How Google Developed AlphaProof Nexus with Lean, the Tool to Perform Full Validity Check on Generated Proofs
In order to enhance confidence and decrease mistakes in AI-generated proofs, Deepmind collaborated with Lean, an established method of validating mathematical proofs and designed to work with extremely high standards of rigor and detail. Unlike previous attempts at validating proofs made using AI, the Lean verification system checks the logical basis for each mathematical claim produced by the AI in a stepwise manner against very strict logical rules. If an AI-generated proof uses incorrect or unsupported assumptions, skips logical reasoning steps, or creates false “lemmas” in an effort to reach a conclusion, the Lean verification system rejects the entire proof. Reportedly, Deepmind integrated both Lean and Gemini 3.1 Pro, another AI based tool providing reasoning capability, so that the AI could create proof ideas while Lean would perform a formal verification of them. This combined method of creating valid mathematical proofs represents such a significant breakthrough because it eliminates many sources of uncertainty regarding AI-generated proofs; instead of relying solely on professional mathematicians to review long and complex proofs, the Lean formal verification process assures that each individual argument within the entire proof is correct and is based solely on established rules of mathematical logic. It is believed that the development of this type of formal verification will change how professional mathematicians will conduct mathematical research into the future by enabling them to spend their time only on parts of problems where no individuals have yet arrived at a solution and not on parts where there is already a solution. Reportedly, even when AlphaProof Nexus does not produce a proof for a mathematical problem, professional mathematicians can still utilise verified proof sketches to assist them in forming additional insights into a given problem. The current developments illustrate the potential to change the way scientists collaborate within a scientific community using both AI and formal verification systems in the not-too-distant future.

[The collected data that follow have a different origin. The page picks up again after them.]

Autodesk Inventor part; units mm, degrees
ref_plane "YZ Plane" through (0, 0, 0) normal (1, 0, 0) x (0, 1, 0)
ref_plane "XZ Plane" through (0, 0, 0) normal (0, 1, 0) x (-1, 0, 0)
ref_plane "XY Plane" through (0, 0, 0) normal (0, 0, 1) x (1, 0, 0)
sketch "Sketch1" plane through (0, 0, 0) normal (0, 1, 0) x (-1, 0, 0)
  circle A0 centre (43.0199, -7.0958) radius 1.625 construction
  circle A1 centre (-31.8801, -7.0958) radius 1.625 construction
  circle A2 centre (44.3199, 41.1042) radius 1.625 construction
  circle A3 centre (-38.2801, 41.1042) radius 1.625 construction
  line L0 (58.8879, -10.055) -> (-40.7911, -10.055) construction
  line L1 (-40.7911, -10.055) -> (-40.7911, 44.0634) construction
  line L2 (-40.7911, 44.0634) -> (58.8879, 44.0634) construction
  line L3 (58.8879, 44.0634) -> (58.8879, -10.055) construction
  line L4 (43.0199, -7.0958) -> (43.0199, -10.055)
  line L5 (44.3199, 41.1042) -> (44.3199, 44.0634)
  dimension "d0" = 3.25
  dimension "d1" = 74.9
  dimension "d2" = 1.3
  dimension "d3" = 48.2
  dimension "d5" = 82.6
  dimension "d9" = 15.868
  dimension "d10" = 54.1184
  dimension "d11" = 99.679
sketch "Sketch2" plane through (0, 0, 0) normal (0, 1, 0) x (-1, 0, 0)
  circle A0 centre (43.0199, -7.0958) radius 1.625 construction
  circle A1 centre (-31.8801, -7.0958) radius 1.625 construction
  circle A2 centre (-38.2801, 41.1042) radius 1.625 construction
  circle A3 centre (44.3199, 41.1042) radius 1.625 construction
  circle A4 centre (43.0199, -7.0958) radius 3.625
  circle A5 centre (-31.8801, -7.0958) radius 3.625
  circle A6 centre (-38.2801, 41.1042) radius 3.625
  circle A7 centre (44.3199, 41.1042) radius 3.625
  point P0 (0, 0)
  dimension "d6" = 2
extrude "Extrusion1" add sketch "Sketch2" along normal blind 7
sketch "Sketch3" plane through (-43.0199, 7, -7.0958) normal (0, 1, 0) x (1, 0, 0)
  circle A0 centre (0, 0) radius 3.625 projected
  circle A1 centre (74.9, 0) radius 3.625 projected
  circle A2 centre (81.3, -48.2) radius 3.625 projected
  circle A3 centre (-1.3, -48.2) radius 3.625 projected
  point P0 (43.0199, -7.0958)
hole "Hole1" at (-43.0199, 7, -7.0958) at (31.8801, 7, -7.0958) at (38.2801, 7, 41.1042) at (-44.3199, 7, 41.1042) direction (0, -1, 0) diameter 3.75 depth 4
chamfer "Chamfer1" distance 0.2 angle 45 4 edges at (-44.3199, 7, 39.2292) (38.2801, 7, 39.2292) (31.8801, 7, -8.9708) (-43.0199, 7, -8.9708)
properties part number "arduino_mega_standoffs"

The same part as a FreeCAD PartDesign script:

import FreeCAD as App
import Part
import Sketcher
Q = App.Units.Quantity


def edges_at(feature, points):
    """Names of the edges that pass closest to the given points."""
    edges = feature.Shape.Edges
    near = lambda p: min(range(len(edges)), key=lambda i: edges[i].distToShape(Part.Vertex(*p))[0])
    return sorted({f"Edge{near(p) + 1}" for p in points})

doc = App.newDocument("Part")
body = doc.addObject("PartDesign::Body", "Body")
body.AllowCompound = True

sketch1 = doc.addObject("Sketcher::SketchObject", "Sketch")
body.addObject(sketch1)
sketch1.AttachmentSupport = (doc.XZ_Plane, [""])
sketch1.MapMode = "FlatFace"
sketch1.addGeometry(Part.Circle(App.Vector(-43.0199, -7.0958, 0), App.Vector(0, 0, 1), 3.625), False)
sketch1.addGeometry(Part.Circle(App.Vector(31.8801, -7.0958, 0), App.Vector(0, 0, 1), 3.625), False)
sketch1.addGeometry(Part.Circle(App.Vector(38.2801, 41.1042, 0), App.Vector(0, 0, 1), 3.625), False)
sketch1.addGeometry(Part.Circle(App.Vector(-44.3199, 41.1042, 0), App.Vector(0, 0, 1), 3.625), False)
sketch1.addConstraint(Sketcher.Constraint("Equal", 0, 1))
sketch1.addConstraint(Sketcher.Constraint("Equal", 1, 2))
sketch1.addConstraint(Sketcher.Constraint("Equal", 2, 3))
sketch1.addConstraint(Sketcher.Constraint("Horizontal", 0, 3, 1, 3))
sketch1.addConstraint(Sketcher.Constraint("Horizontal", 2, 3, 3, 3))
sketch1.addConstraint(Sketcher.Constraint("Diameter", 0, Q("7.25 mm")))
sketch1.addConstraint(Sketcher.Constraint("DistanceX", 0, 3, 1, 3, Q("74.9 mm")))
sketch1.addConstraint(Sketcher.Constraint("DistanceX", 1, 3, 2, 3, Q("6.4 mm")))
sketch1.addConstraint(Sketcher.Constraint("DistanceY", 1, 3, 2, 3, Q("48.2 mm")))
sketch1.addConstraint(Sketcher.Constraint("DistanceX", 3, 3, 0, 3, Q("1.3 mm")))
sketch1.addConstraint(Sketcher.Constraint("DistanceX", 0, 3, -1, 1, Q("43.02 mm")))
sketch1.addConstraint(Sketcher.Constraint("DistanceY", 0, 3, -1, 1, Q("7.0958 mm")))
pad1 = doc.addObject("PartDesign::Pad", "Pad")
body.addObject(pad1)
pad1.Profile = sketch1
pad1.Length = 7
pad1.Reversed = True

sketch2 = doc.addObject("Sketcher::SketchObject", "Sketch001")
body.addObject(sketch2)
sketch2.AttachmentSupport = (doc.XZ_Plane, [""])
sketch2.MapMode = "FlatFace"
sketch2.AttachmentOffset = App.Placement(App.Vector(0, 0, -7), App.Rotation())
sketch2.addGeometry(Part.Circle(App.Vector(-43.0199, -7.0958, 0), App.Vector(0, 0, 1), 1.875), False)
sketch2.addGeometry(Part.Circle(App.Vector(31.8801, -7.0958, 0), App.Vector(0, 0, 1), 1.875), False)
sketch2.addGeometry(Part.Circle(App.Vector(38.2801, 41.1042, 0), App.Vector(0, 0, 1), 1.875), False)
sketch2.addGeometry(Part.Circle(App.Vector(-44.3199, 41.1042, 0), App.Vector(0, 0, 1), 1.875), False)
sketch2.addConstraint(Sketcher.Constraint("Equal", 0, 1))
sketch2.addConstraint(Sketcher.Constraint("Equal", 1, 2))
sketch2.addConstraint(Sketcher.Constraint("Equal", 2, 3))
sketch2.addConstraint(Sketcher.Constraint("Horizontal", 0, 3, 1, 3))
sketch2.addConstraint(Sketcher.Constraint("Horizontal", 2, 3, 3, 3))
sketch2.addConstraint(Sketcher.Constraint("Diameter", 0, Q("3.75 mm")))
sketch2.addConstraint(Sketcher.Constraint("DistanceX", 0, 3, 1, 3, Q("74.9 mm")))
sketch2.addConstraint(Sketcher.Constraint("DistanceX", 1, 3, 2, 3, Q("6.4 mm")))
sketch2.addConstraint(Sketcher.Constraint("DistanceY", 1, 3, 2, 3, Q("48.2 mm")))
sketch2.addConstraint(Sketcher.Constraint("DistanceX", 3, 3, 0, 3, Q("1.3 mm")))
sketch2.addConstraint(Sketcher.Constraint("DistanceX", 0, 3, -1, 1, Q("43.02 mm")))
sketch2.addConstraint(Sketcher.Constraint("DistanceY", 0, 3, -1, 1, Q("7.0958 mm")))
doc.recompute()
hole = doc.addObject("PartDesign::Hole", "Hole")
body.addObject(hole)
hole.Profile = sketch2
hole.ThreadType = "None"
hole.Diameter = 3.75
hole.DepthType = "Dimension"
hole.Depth = 4
hole.DrillPoint = "Flat"
hole.Reversed = True
doc.recompute()

chamfer = doc.addObject("PartDesign::Chamfer", "Chamfer")
body.addObject(chamfer)
chamfer.Base = (hole, edges_at(hole, [
    (-44.32, 7, 39.229),
    (38.28, 7, 39.229),
    (31.88, 7, -8.971),
    (-43.02, 7, -8.971),
]))
chamfer.Size = 0.2

doc.recompute()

If AI Is Solving Math Problems Successfully, Is It Already AGI?
Thanks to AlphaProof Nexus, there have been heated debates on the issue of how close AI is now to AGI, which stands for artificial general intelligence. However, according to Demis Hassabis, successful solutions to complex math problems do not necessarily mean that AI has reached human-like intelligence levels. Speaking on the recent achievement, Hassabis claimed that the modern AI is still very much specialized and not able to think creatively and innovatively like Srinivasa Ramanujan. The AI is currently a useful tool but lacks the creativity and ingenuity of the great mathematician. Indeed, while the new system can handle vast amounts of information and produce formalized proofs, it still works within narrow limits set by predefined tasks. According to researchers, the development of AGI involves the creation of an intelligent machine able to learn and adapt to multiple fields with human-like thinking and imagination. There is a clear difference between doing well in specific tasks and achieving flexible thinking that allows working with any type of information and creative ideas.
Conclusion
However, the development of AI applications such as AlphaProof Nexus indicates the fast progress that is being made by artificial intelligence to revolutionize advanced scientific studies. Though this progress is impressive, there are scientists who claim that real AGI needs creativity and originality of humans. AI might not replace mathematicians anytime soon, but it sure has become their strongest tool.